To do =
Every line of the data is to be transcribed as it stands.

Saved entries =
====
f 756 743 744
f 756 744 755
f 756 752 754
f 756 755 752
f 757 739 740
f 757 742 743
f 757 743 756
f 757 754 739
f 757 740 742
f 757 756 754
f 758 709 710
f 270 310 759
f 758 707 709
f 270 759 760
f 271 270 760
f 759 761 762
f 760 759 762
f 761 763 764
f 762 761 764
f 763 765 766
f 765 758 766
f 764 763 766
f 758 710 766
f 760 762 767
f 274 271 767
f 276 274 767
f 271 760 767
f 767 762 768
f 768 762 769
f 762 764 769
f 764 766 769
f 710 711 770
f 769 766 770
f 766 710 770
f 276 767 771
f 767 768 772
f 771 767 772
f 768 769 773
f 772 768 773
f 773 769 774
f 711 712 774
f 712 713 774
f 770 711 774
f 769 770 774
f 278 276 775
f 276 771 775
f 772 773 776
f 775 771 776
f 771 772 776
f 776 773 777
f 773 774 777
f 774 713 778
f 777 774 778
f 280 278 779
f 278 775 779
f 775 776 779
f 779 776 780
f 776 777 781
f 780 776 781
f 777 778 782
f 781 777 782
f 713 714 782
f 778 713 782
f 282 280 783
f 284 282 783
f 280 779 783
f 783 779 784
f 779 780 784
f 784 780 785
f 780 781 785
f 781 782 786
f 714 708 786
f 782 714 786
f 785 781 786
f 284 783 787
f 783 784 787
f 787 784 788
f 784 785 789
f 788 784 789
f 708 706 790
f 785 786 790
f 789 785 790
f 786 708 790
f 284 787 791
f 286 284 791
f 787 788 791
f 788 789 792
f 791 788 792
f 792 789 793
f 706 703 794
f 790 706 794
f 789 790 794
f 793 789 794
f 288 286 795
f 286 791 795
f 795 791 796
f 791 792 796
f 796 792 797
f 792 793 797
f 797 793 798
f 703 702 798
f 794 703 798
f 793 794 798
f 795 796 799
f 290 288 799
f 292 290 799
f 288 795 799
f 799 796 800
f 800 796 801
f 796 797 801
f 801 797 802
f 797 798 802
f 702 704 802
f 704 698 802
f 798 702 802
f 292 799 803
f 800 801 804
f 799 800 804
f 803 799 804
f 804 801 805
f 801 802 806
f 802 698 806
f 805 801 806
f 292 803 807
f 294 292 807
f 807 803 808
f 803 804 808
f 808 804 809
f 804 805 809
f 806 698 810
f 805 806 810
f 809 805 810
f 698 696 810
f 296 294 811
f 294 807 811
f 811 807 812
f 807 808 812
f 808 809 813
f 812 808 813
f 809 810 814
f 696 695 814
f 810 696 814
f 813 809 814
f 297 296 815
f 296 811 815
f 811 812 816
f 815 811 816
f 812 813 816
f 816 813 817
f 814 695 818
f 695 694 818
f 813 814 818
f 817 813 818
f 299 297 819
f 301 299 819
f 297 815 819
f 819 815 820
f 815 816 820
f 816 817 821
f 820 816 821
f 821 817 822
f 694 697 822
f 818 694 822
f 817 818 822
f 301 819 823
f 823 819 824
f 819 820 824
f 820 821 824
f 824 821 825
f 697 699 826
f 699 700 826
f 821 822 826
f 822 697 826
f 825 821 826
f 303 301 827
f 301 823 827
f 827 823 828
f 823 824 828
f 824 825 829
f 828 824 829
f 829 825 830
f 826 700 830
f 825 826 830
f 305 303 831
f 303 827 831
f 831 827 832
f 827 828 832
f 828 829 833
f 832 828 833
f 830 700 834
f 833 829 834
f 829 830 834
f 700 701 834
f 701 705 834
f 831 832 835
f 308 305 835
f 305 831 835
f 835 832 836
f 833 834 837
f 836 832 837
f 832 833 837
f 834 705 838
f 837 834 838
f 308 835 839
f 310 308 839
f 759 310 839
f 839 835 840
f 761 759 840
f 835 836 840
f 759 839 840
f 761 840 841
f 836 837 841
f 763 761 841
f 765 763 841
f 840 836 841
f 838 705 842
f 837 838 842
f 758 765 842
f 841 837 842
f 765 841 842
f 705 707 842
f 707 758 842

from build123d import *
====
Answer for this exercise =
f 756 743 744
f 756 744 755
f 756 752 754
f 756 755 752
f 757 739 740
f 757 742 743
f 757 743 756
f 757 754 739
f 757 740 742
f 757 756 754
f 758 709 710
f 270 310 759
f 758 707 709
f 270 759 760
f 271 270 760
f 759 761 762
f 760 759 762
f 761 763 764
f 762 761 764
f 763 765 766
f 765 758 766
f 764 763 766
f 758 710 766
f 760 762 767
f 274 271 767
f 276 274 767
f 271 760 767
f 767 762 768
f 768 762 769
f 762 764 769
f 764 766 769
f 710 711 770
f 769 766 770
f 766 710 770
f 276 767 771
f 767 768 772
f 771 767 772
f 768 769 773
f 772 768 773
f 773 769 774
f 711 712 774
f 712 713 774
f 770 711 774
f 769 770 774
f 278 276 775
f 276 771 775
f 772 773 776
f 775 771 776
f 771 772 776
f 776 773 777
f 773 774 777
f 774 713 778
f 777 774 778
f 280 278 779
f 278 775 779
f 775 776 779
f 779 776 780
f 776 777 781
f 780 776 781
f 777 778 782
f 781 777 782
f 713 714 782
f 778 713 782
f 282 280 783
f 284 282 783
f 280 779 783
f 783 779 784
f 779 780 784
f 784 780 785
f 780 781 785
f 781 782 786
f 714 708 786
f 782 714 786
f 785 781 786
f 284 783 787
f 783 784 787
f 787 784 788
f 784 785 789
f 788 784 789
f 708 706 790
f 785 786 790
f 789 785 790
f 786 708 790
f 284 787 791
f 286 284 791
f 787 788 791
f 788 789 792
f 791 788 792
f 792 789 793
f 706 703 794
f 790 706 794
f 789 790 794
f 793 789 794
f 288 286 795
f 286 791 795
f 795 791 796
f 791 792 796
f 796 792 797
f 792 793 797
f 797 793 798
f 703 702 798
f 794 703 798
f 793 794 798
f 795 796 799
f 290 288 799
f 292 290 799
f 288 795 799
f 799 796 800
f 800 796 801
f 796 797 801
f 801 797 802
f 797 798 802
f 702 704 802
f 704 698 802
f 798 702 802
f 292 799 803
f 800 801 804
f 799 800 804
f 803 799 804
f 804 801 805
f 801 802 806
f 802 698 806
f 805 801 806
f 292 803 807
f 294 292 807
f 807 803 808
f 803 804 808
f 808 804 809
f 804 805 809
f 806 698 810
f 805 806 810
f 809 805 810
f 698 696 810
f 296 294 811
f 294 807 811
f 811 807 812
f 807 808 812
f 808 809 813
f 812 808 813
f 809 810 814
f 696 695 814
f 810 696 814
f 813 809 814
f 297 296 815
f 296 811 815
f 811 812 816
f 815 811 816
f 812 813 816
f 816 813 817
f 814 695 818
f 695 694 818
f 813 814 818
f 817 813 818
f 299 297 819
f 301 299 819
f 297 815 819
f 819 815 820
f 815 816 820
f 816 817 821
f 820 816 821
f 821 817 822
f 694 697 822
f 818 694 822
f 817 818 822
f 301 819 823
f 823 819 824
f 819 820 824
f 820 821 824
f 824 821 825
f 697 699 826
f 699 700 826
f 821 822 826
f 822 697 826
f 825 821 826
f 303 301 827
f 301 823 827
f 827 823 828
f 823 824 828
f 824 825 829
f 828 824 829
f 829 825 830
f 826 700 830
f 825 826 830
f 305 303 831
f 303 827 831
f 831 827 832
f 827 828 832
f 828 829 833
f 832 828 833
f 830 700 834
f 833 829 834
f 829 830 834
f 700 701 834
f 701 705 834
f 831 832 835
f 308 305 835
f 305 831 835
f 835 832 836
f 833 834 837
f 836 832 837
f 832 833 837
f 834 705 838
f 837 834 838
f 308 835 839
f 310 308 839
f 759 310 839
f 839 835 840
f 761 759 840
f 835 836 840
f 759 839 840
f 761 840 841
f 836 837 841
f 763 761 841
f 765 763 841
f 840 836 841
f 838 705 842
f 837 838 842
f 758 765 842
f 841 837 842
f 765 841 842
f 705 707 842
f 707 758 842

from build123d import *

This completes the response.